Exercise
Transcribe every record exactly, omitting none.
──────
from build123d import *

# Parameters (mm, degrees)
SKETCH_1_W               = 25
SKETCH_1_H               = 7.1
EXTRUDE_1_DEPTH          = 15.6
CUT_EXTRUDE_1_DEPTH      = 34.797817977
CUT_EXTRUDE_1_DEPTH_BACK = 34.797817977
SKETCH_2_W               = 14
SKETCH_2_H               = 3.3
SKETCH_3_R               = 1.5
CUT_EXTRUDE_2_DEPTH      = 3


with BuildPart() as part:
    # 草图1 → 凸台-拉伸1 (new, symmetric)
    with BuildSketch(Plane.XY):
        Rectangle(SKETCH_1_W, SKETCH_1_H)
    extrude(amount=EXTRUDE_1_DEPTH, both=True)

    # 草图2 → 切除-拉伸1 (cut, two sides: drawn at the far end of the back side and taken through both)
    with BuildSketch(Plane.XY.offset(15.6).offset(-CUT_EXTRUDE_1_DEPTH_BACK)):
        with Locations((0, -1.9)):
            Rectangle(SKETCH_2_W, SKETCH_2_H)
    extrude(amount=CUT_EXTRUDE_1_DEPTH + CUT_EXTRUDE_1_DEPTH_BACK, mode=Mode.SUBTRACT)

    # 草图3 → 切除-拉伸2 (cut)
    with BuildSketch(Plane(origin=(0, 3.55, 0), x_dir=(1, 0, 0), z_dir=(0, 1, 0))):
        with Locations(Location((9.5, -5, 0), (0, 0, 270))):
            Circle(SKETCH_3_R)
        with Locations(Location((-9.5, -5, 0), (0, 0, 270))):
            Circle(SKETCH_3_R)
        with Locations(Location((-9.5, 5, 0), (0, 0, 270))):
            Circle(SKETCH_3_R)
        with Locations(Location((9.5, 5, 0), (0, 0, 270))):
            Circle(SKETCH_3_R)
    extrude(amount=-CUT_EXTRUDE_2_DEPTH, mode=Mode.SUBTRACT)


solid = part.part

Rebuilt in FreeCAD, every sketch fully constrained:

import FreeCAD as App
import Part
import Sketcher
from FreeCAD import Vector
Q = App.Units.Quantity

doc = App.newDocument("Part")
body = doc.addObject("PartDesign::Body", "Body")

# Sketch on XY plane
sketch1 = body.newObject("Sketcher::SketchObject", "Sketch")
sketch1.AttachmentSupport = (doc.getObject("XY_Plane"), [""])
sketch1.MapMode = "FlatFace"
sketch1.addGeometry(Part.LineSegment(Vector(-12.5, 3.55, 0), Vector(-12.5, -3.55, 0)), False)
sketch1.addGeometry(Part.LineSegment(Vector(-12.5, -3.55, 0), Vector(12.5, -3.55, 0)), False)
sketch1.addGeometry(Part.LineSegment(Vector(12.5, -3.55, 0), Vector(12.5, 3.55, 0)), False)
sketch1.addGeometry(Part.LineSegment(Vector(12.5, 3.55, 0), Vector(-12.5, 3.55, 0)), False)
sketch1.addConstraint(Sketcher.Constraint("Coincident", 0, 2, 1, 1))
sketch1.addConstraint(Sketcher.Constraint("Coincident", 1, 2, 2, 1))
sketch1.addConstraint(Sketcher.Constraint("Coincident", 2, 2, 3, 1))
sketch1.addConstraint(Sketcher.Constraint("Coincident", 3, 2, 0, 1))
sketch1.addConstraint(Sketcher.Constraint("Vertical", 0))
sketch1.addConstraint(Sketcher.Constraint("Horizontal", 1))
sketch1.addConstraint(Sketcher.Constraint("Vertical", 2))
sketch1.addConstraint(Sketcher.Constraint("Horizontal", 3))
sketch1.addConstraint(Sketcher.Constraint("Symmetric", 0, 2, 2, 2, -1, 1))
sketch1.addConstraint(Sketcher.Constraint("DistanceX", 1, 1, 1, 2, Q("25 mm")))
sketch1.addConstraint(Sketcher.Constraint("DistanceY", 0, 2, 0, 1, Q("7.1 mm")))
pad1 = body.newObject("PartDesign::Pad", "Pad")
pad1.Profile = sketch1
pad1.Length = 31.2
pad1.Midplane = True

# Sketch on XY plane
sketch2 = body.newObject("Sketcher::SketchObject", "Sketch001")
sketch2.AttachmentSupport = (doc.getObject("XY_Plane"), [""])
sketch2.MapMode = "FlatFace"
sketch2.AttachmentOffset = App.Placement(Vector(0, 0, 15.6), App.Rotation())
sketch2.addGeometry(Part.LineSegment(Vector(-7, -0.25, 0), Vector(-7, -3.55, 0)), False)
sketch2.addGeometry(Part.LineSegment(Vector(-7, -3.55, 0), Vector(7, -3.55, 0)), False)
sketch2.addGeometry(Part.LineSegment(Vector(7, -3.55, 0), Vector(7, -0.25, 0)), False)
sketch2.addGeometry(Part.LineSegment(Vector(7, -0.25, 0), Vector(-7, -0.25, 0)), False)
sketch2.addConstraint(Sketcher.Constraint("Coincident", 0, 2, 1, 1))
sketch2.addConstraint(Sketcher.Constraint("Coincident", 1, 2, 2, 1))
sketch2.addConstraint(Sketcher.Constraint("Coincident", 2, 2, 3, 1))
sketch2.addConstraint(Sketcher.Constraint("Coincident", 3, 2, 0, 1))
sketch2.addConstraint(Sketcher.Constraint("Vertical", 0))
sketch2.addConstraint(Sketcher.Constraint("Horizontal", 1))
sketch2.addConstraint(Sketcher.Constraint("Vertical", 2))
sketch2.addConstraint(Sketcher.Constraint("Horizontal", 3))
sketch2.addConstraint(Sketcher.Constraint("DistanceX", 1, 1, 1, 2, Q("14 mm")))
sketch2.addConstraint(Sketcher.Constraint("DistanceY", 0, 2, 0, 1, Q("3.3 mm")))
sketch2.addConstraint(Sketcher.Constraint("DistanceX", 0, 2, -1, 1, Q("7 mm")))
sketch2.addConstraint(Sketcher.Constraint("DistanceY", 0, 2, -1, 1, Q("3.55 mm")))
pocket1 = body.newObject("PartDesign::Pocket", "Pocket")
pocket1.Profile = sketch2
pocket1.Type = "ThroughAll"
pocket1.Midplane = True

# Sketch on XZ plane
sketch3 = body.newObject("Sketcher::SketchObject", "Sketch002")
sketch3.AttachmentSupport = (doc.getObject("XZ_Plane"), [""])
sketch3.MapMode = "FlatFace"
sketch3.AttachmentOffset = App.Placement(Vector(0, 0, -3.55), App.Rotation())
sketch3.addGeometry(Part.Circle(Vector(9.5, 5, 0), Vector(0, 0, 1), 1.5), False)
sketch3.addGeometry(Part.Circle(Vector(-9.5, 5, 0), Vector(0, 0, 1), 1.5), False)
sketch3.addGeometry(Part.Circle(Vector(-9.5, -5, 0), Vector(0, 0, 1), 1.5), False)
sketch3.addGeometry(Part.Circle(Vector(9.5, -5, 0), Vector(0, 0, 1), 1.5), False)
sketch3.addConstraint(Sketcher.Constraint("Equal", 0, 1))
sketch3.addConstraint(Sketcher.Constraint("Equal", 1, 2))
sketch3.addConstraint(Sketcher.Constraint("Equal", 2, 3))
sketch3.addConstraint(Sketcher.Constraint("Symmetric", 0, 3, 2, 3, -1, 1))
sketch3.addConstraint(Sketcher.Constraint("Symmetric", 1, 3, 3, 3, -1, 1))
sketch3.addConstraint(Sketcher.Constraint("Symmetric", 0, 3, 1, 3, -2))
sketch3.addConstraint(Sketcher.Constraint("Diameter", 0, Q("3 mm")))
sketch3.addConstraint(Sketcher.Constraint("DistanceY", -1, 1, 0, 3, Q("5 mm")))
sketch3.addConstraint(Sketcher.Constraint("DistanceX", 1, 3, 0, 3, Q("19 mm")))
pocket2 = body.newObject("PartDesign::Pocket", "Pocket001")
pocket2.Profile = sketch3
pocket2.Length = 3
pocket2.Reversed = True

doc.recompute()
──────
Response box
from build123d import *

# Parameters (mm, degrees)
SKETCH_1_W               = 25
SKETCH_1_H               = 7.1
EXTRUDE_1_DEPTH          = 15.6
CUT_EXTRUDE_1_DEPTH      = 34.797817977
CUT_EXTRUDE_1_DEPTH_BACK = 34.797817977
SKETCH_2_W               = 14
SKETCH_2_H               = 3.3
SKETCH_3_R               = 1.5
CUT_EXTRUDE_2_DEPTH      = 3


with BuildPart() as part:
    # 草图1 → 凸台-拉伸1 (new, symmetric)
    with BuildSketch(Plane.XY):
        Rectangle(SKETCH_1_W, SKETCH_1_H)
    extrude(amount=EXTRUDE_1_DEPTH, both=True)

    # 草图2 → 切除-拉伸1 (cut, two sides: drawn at the far end of the back side and taken through both)
    with BuildSketch(Plane.XY.offset(15.6).offset(-CUT_EXTRUDE_1_DEPTH_BACK)):
        with Locations((0, -1.9)):
            Rectangle(SKETCH_2_W, SKETCH_2_H)
    extrude(amount=CUT_EXTRUDE_1_DEPTH + CUT_EXTRUDE_1_DEPTH_BACK, mode=Mode.SUBTRACT)

    # 草图3 → 切除-拉伸2 (cut)
    with BuildSketch(Plane(origin=(0, 3.55, 0), x_dir=(1, 0, 0), z_dir=(0, 1, 0))):
        with Locations(Location((9.5, -5, 0), (0, 0, 270))):
            Circle(SKETCH_3_R)
        with Locations(Location((-9.5, -5, 0), (0, 0, 270))):
            Circle(SKETCH_3_R)
        with Locations(Location((-9.5, 5, 0), (0, 0, 270))):
            Circle(SKETCH_3_R)
        with Locations(Location((9.5, 5, 0), (0, 0, 270))):
            Circle(SKETCH_3_R)
    extrude(amount=-CUT_EXTRUDE_2_DEPTH, mode=Mode.SUBTRACT)


solid = part.part

Rebuilt in FreeCAD, every sketch fully constrained:

import FreeCAD as App
import Part
import Sketcher
from FreeCAD import Vector
Q = App.Units.Quantity

doc = App.newDocument("Part")
body = doc.addObject("PartDesign::Body", "Body")

# Sketch on XY plane
sketch1 = body.newObject("Sketcher::SketchObject", "Sketch")
sketch1.AttachmentSupport = (doc.getObject("XY_Plane"), [""])
sketch1.MapMode = "FlatFace"
sketch1.addGeometry(Part.LineSegment(Vector(-12.5, 3.55, 0), Vector(-12.5, -3.55, 0)), False)
sketch1.addGeometry(Part.LineSegment(Vector(-12.5, -3.55, 0), Vector(12.5, -3.55, 0)), False)
sketch1.addGeometry(Part.LineSegment(Vector(12.5, -3.55, 0), Vector(12.5, 3.55, 0)), False)
sketch1.addGeometry(Part.LineSegment(Vector(12.5, 3.55, 0), Vector(-12.5, 3.55, 0)), False)
sketch1.addConstraint(Sketcher.Constraint("Coincident", 0, 2, 1, 1))
sketch1.addConstraint(Sketcher.Constraint("Coincident", 1, 2, 2, 1))
sketch1.addConstraint(Sketcher.Constraint("Coincident", 2, 2, 3, 1))
sketch1.addConstraint(Sketcher.Constraint("Coincident", 3, 2, 0, 1))
sketch1.addConstraint(Sketcher.Constraint("Vertical", 0))
sketch1.addConstraint(Sketcher.Constraint("Horizontal", 1))
sketch1.addConstraint(Sketcher.Constraint("Vertical", 2))
sketch1.addConstraint(Sketcher.Constraint("Horizontal", 3))
sketch1.addConstraint(Sketcher.Constraint("Symmetric", 0, 2, 2, 2, -1, 1))
sketch1.addConstraint(Sketcher.Constraint("DistanceX", 1, 1, 1, 2, Q("25 mm")))
sketch1.addConstraint(Sketcher.Constraint("DistanceY", 0, 2, 0, 1, Q("7.1 mm")))
pad1 = body.newObject("PartDesign::Pad", "Pad")
pad1.Profile = sketch1
pad1.Length = 31.2
pad1.Midplane = True

# Sketch on XY plane
sketch2 = body.newObject("Sketcher::SketchObject", "Sketch001")
sketch2.AttachmentSupport = (doc.getObject("XY_Plane"), [""])
sketch2.MapMode = "FlatFace"
sketch2.AttachmentOffset = App.Placement(Vector(0, 0, 15.6), App.Rotation())
sketch2.addGeometry(Part.LineSegment(Vector(-7, -0.25, 0), Vector(-7, -3.55, 0)), False)
sketch2.addGeometry(Part.LineSegment(Vector(-7, -3.55, 0), Vector(7, -3.55, 0)), False)
sketch2.addGeometry(Part.LineSegment(Vector(7, -3.55, 0), Vector(7, -0.25, 0)), False)
sketch2.addGeometry(Part.LineSegment(Vector(7, -0.25, 0), Vector(-7, -0.25, 0)), False)
sketch2.addConstraint(Sketcher.Constraint("Coincident", 0, 2, 1, 1))
sketch2.addConstraint(Sketcher.Constraint("Coincident", 1, 2, 2, 1))
sketch2.addConstraint(Sketcher.Constraint("Coincident", 2, 2, 3, 1))
sketch2.addConstraint(Sketcher.Constraint("Coincident", 3, 2, 0, 1))
sketch2.addConstraint(Sketcher.Constraint("Vertical", 0))
sketch2.addConstraint(Sketcher.Constraint("Horizontal", 1))
sketch2.addConstraint(Sketcher.Constraint("Vertical", 2))
sketch2.addConstraint(Sketcher.Constraint("Horizontal", 3))
sketch2.addConstraint(Sketcher.Constraint("DistanceX", 1, 1, 1, 2, Q("14 mm")))
sketch2.addConstraint(Sketcher.Constraint("DistanceY", 0, 2, 0, 1, Q("3.3 mm")))
sketch2.addConstraint(Sketcher.Constraint("DistanceX", 0, 2, -1, 1, Q("7 mm")))
sketch2.addConstraint(Sketcher.Constraint("DistanceY", 0, 2, -1, 1, Q("3.55 mm")))
pocket1 = body.newObject("PartDesign::Pocket", "Pocket")
pocket1.Profile = sketch2
pocket1.Type = "ThroughAll"
pocket1.Midplane = True

# Sketch on XZ plane
sketch3 = body.newObject("Sketcher::SketchObject", "Sketch002")
sketch3.AttachmentSupport = (doc.getObject("XZ_Plane"), [""])
sketch3.MapMode = "FlatFace"
sketch3.AttachmentOffset = App.Placement(Vector(0, 0, -3.55), App.Rotation())
sketch3.addGeometry(Part.Circle(Vector(9.5, 5, 0), Vector(0, 0, 1), 1.5), False)
sketch3.addGeometry(Part.Circle(Vector(-9.5, 5, 0), Vector(0, 0, 1), 1.5), False)
sketch3.addGeometry(Part.Circle(Vector(-9.5, -5, 0), Vector(0, 0, 1), 1.5), False)
sketch3.addGeometry(Part.Circle(Vector(9.5, -5, 0), Vector(0, 0, 1), 1.5), False)
sketch3.addConstraint(Sketcher.Constraint("Equal", 0, 1))
sketch3.addConstraint(Sketcher.Constraint("Equal", 1, 2))
sketch3.addConstraint(Sketcher.Constraint("Equal", 2, 3))
sketch3.addConstraint(Sketcher.Constraint("Symmetric", 0, 3, 2, 3, -1, 1))
sketch3.addConstraint(Sketcher.Constraint("Symmetric", 1, 3, 3, 3, -1, 1))
sketch3.addConstraint(Sketcher.Constraint("Symmetric", 0, 3, 1, 3, -2))
sketch3.addConstraint(Sketcher.Constraint("Diameter", 0, Q("3 mm")))
sketch3.addConstraint(Sketcher.Constraint("DistanceY", -1, 1, 0, 3, Q("5 mm")))
sketch3.addConstraint(Sketcher.Constraint("DistanceX", 1, 3, 0, 3, Q("19 mm")))
pocket2 = body.newObject("PartDesign::Pocket", "Pocket001")
pocket2.Profile = sketch3
pocket2.Length = 3
pocket2.Reversed = True

doc.recompute()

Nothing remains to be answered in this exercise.